Your answer is the lines below, exactly, from the one that contains "#30=CARTESIAN_POINT('',(12.,-12.,0.));" through the one that contains "#50=CIRCLE('',#49,2.1);", both included.

**Dataset entries:**
---*---

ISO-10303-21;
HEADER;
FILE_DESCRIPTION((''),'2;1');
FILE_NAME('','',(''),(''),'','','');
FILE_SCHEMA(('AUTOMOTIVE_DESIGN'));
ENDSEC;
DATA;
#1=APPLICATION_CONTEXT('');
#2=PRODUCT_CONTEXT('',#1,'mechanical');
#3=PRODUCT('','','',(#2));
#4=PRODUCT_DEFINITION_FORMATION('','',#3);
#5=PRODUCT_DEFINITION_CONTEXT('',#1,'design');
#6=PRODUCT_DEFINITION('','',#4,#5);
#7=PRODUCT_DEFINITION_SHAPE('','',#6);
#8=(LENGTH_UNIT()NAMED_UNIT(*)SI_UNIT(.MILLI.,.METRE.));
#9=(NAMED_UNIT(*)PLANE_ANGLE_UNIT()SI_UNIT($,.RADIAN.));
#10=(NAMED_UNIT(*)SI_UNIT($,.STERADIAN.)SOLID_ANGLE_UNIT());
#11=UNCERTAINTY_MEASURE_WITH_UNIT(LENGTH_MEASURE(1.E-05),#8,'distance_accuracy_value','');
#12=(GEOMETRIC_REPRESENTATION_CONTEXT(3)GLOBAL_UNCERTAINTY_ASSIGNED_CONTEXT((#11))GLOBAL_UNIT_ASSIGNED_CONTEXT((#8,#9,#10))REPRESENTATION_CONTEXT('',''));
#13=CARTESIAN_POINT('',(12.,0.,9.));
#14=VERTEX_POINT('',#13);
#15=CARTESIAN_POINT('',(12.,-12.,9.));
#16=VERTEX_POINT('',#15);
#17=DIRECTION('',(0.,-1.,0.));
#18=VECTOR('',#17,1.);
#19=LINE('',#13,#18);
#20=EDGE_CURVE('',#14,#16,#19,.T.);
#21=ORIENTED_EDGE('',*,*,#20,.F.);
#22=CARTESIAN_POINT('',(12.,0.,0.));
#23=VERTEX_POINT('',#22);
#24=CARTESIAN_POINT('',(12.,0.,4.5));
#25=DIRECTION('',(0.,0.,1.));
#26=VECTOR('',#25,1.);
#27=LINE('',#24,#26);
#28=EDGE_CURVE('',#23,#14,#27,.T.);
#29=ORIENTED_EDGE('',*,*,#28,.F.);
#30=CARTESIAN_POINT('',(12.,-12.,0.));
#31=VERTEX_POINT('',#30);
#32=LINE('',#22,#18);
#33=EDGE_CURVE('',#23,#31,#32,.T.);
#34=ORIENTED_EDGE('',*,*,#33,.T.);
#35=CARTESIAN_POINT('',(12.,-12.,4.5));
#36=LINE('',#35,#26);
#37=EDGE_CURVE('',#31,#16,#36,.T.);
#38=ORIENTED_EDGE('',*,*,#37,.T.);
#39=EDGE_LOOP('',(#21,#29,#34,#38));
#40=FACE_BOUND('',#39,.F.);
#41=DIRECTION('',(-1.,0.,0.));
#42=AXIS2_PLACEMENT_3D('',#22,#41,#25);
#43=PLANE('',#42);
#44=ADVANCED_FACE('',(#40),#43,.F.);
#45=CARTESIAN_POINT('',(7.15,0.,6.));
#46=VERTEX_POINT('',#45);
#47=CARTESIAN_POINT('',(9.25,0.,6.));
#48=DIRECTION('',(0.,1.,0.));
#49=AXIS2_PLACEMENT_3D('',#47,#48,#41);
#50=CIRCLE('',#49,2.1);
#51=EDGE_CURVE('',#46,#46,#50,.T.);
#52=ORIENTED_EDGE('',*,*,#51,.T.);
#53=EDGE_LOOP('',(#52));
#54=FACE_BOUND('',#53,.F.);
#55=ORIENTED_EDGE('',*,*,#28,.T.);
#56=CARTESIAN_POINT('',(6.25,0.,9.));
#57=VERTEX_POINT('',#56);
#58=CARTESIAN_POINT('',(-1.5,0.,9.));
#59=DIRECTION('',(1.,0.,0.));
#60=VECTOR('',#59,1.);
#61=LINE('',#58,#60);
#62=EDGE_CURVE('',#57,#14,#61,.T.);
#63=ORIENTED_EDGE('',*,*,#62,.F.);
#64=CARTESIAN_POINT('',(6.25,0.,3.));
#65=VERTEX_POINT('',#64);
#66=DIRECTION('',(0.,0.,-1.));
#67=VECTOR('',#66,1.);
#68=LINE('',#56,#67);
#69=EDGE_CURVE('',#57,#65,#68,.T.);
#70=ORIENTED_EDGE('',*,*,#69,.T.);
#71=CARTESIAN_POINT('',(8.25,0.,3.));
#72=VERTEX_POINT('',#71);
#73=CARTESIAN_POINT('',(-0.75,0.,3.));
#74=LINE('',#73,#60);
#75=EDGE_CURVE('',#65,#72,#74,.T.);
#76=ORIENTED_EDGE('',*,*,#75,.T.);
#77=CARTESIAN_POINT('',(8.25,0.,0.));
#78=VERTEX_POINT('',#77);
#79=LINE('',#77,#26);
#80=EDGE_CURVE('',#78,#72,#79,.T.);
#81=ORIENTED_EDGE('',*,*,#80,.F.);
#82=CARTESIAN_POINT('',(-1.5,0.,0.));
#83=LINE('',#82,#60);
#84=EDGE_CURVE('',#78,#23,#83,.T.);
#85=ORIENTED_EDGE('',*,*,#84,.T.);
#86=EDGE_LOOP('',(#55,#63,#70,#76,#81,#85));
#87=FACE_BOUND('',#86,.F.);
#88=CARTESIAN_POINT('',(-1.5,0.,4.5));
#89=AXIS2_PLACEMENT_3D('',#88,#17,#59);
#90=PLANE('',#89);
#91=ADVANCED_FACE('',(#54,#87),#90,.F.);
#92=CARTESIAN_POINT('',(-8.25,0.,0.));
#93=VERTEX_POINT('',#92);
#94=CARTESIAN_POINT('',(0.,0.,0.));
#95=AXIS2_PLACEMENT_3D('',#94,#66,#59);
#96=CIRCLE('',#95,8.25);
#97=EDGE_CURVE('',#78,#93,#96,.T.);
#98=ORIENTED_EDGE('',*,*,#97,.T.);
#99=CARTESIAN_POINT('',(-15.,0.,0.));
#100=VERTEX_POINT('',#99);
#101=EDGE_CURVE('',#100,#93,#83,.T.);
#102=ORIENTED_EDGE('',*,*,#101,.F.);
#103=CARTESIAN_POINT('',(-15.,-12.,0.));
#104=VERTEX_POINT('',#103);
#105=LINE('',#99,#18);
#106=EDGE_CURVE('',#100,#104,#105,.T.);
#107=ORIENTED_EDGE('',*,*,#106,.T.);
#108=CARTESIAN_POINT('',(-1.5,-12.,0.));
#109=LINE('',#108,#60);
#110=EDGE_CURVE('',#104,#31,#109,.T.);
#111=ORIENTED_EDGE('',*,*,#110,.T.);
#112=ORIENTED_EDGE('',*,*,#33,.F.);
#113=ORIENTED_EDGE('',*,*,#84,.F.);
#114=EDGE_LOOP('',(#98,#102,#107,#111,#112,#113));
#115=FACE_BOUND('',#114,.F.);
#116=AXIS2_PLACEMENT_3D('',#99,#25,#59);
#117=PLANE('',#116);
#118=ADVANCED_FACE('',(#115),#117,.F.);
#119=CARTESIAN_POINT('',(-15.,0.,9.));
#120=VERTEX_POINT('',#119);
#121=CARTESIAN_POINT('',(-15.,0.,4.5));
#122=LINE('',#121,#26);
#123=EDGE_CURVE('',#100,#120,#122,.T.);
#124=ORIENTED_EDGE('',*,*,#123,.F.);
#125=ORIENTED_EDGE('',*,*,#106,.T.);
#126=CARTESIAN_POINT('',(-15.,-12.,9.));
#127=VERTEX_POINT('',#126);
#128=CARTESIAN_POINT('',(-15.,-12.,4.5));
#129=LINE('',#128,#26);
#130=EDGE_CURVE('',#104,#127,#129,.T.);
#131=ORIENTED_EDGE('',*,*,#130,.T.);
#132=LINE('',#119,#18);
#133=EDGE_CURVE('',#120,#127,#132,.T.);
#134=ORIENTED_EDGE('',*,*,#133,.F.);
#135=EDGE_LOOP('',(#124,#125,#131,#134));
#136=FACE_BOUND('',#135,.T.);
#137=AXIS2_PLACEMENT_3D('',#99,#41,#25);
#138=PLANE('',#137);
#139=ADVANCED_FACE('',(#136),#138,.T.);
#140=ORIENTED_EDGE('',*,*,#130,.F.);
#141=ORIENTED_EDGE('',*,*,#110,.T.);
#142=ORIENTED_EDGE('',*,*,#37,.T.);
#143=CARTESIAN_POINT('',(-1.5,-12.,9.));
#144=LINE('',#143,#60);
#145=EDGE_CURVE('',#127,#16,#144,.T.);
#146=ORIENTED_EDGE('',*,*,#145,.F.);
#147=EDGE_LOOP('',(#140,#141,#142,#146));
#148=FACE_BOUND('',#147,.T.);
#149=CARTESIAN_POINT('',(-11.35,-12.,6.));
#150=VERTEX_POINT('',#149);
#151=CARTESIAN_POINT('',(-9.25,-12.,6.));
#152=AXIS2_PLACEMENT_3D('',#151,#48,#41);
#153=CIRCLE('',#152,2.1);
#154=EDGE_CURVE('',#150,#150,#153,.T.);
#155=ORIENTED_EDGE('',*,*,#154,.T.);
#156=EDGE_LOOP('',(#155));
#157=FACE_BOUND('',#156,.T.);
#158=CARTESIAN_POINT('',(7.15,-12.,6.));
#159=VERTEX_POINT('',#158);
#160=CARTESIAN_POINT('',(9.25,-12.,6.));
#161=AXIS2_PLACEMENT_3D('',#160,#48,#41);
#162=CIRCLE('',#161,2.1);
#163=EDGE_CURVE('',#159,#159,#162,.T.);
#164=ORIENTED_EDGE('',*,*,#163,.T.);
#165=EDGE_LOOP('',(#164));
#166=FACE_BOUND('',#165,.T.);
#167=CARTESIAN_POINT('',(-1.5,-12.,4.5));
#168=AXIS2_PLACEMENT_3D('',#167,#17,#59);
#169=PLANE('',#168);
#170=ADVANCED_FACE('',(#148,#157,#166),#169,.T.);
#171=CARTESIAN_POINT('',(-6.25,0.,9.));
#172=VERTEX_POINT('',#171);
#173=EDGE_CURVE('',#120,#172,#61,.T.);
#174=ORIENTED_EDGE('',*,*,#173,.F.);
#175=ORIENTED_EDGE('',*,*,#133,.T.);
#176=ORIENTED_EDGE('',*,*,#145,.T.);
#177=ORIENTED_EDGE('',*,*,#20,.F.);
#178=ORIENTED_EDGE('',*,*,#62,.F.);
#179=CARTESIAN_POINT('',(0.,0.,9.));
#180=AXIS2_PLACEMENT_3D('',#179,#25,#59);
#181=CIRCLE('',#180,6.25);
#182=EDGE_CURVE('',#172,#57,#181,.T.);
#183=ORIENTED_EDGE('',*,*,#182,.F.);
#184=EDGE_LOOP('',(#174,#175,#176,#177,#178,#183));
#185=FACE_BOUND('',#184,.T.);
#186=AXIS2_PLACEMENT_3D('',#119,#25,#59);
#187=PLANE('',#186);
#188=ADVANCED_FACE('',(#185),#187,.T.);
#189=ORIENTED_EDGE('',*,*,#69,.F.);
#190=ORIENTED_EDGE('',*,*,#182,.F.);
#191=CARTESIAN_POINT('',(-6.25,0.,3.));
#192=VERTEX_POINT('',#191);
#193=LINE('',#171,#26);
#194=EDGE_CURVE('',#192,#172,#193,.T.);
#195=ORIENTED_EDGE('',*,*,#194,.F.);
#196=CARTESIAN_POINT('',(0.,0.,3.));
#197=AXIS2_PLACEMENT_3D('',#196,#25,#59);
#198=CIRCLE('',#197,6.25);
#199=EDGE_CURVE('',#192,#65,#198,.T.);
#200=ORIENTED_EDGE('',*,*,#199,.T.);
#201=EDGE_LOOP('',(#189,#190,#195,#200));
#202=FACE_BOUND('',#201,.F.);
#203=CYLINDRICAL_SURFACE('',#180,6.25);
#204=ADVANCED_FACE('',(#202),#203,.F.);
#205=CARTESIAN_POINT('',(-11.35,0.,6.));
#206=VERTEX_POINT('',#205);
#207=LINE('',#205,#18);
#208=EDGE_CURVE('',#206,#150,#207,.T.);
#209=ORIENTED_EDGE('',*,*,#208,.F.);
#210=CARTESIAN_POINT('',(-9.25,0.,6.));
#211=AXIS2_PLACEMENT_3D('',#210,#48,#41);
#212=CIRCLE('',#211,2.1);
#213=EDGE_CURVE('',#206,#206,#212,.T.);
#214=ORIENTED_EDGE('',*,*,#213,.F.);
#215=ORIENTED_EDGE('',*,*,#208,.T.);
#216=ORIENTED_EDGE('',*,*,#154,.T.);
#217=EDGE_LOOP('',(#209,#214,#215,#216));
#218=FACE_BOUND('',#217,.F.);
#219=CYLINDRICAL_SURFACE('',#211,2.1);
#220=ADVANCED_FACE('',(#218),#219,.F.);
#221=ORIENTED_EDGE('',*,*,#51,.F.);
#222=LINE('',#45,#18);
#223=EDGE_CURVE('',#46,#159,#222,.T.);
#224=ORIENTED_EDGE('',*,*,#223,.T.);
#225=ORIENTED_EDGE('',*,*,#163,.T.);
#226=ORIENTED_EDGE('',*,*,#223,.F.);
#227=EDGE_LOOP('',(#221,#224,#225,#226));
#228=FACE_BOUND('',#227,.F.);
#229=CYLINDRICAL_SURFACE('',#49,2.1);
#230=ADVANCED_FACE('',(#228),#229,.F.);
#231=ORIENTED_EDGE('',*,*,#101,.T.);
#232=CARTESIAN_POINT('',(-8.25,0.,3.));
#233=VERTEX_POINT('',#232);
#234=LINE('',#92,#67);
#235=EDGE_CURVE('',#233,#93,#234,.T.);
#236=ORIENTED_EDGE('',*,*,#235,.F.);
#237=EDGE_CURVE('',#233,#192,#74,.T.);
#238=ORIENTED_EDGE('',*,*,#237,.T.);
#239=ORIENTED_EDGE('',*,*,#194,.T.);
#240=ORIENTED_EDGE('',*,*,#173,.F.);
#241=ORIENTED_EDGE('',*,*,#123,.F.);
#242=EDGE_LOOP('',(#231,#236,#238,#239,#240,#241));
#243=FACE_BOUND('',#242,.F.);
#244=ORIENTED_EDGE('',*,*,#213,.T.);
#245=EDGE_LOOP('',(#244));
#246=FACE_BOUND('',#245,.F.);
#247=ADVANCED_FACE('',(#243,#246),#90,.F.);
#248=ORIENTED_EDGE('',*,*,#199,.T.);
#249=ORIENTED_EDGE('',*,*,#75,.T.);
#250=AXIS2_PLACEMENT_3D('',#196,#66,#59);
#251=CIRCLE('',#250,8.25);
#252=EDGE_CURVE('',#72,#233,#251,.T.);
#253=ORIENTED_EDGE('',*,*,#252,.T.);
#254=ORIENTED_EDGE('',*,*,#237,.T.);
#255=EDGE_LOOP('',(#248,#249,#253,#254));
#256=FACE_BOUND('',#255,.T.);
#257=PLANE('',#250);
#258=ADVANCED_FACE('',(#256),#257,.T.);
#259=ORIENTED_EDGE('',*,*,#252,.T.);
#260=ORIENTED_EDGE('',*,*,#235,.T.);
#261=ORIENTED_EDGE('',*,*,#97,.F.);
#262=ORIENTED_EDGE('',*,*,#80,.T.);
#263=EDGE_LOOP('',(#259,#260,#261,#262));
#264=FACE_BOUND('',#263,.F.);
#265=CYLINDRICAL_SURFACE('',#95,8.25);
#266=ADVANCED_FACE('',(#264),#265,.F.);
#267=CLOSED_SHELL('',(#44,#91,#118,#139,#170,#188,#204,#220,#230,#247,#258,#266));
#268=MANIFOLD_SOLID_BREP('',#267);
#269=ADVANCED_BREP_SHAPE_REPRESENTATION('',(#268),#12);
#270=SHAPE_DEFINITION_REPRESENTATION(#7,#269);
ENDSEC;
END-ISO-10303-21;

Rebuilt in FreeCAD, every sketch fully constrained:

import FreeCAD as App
import Part
import Sketcher

V = App.Vector
Q = App.Units.Quantity

doc = App.newDocument("Part")
params = doc.addObject("Spreadsheet::Sheet", "Params")
for row, (alias, value) in enumerate([
    ("sketch1_width", "27 mm"),
    ("sketch1_height", "9 mm"),
    ("pad1_length", "12 mm"),
    ("sketch2_diameter", "12.5 mm"),
    ("sketch3_diameter", "16.5 mm"),
    ("pocket2_length", "3 mm"),
    ("sketch4_diameter", "4.2 mm"),
], start=1):
    params.set(f"A{row}", alias)
    params.set(f"B{row}", "=" + value)
    params.setAlias(f"B{row}", alias)

body = doc.addObject("PartDesign::Body", "Body")

sketch1 = body.newObject("Sketcher::SketchObject", "Sketch")
sketch1.AttachmentSupport = (doc.getObject("XZ_Plane"), [""])
sketch1.MapMode = "FlatFace"
sketch1.addGeometry(Part.LineSegment(V(-15, 9, 0), V(-15, 0, 0)), False)
sketch1.addGeometry(Part.LineSegment(V(-15, 0, 0), V(12, 0, 0)), False)
sketch1.addGeometry(Part.LineSegment(V(12, 0, 0), V(12, 9, 0)), False)
sketch1.addGeometry(Part.LineSegment(V(12, 9, 0), V(-15, 9, 0)), False)
sketch1.addConstraint(Sketcher.Constraint("Coincident", 0, 2, 1, 1))
sketch1.addConstraint(Sketcher.Constraint("Coincident", 1, 2, 2, 1))
sketch1.addConstraint(Sketcher.Constraint("Coincident", 2, 2, 3, 1))
sketch1.addConstraint(Sketcher.Constraint("Coincident", 3, 2, 0, 1))
sketch1.addConstraint(Sketcher.Constraint("Vertical", 0))
sketch1.addConstraint(Sketcher.Constraint("Horizontal", 1))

---*---

**THE COMPLETED TASK:**
#30=CARTESIAN_POINT('',(12.,-12.,0.));
#31=VERTEX_POINT('',#30);
#32=LINE('',#22,#18);
#33=EDGE_CURVE('',#23,#31,#32,.T.);
#34=ORIENTED_EDGE('',*,*,#33,.T.);
#35=CARTESIAN_POINT('',(12.,-12.,4.5));
#36=LINE('',#35,#26);
#37=EDGE_CURVE('',#31,#16,#36,.T.);
#38=ORIENTED_EDGE('',*,*,#37,.T.);
#39=EDGE_LOOP('',(#21,#29,#34,#38));
#40=FACE_BOUND('',#39,.F.);
#41=DIRECTION('',(-1.,0.,0.));
#42=AXIS2_PLACEMENT_3D('',#22,#41,#25);
#43=PLANE('',#42);
#44=ADVANCED_FACE('',(#40),#43,.F.);
#45=CARTESIAN_POINT('',(7.15,0.,6.));
#46=VERTEX_POINT('',#45);
#47=CARTESIAN_POINT('',(9.25,0.,6.));
#48=DIRECTION('',(0.,1.,0.));
#49=AXIS2_PLACEMENT_3D('',#47,#48,#41);
#50=CIRCLE('',#49,2.1);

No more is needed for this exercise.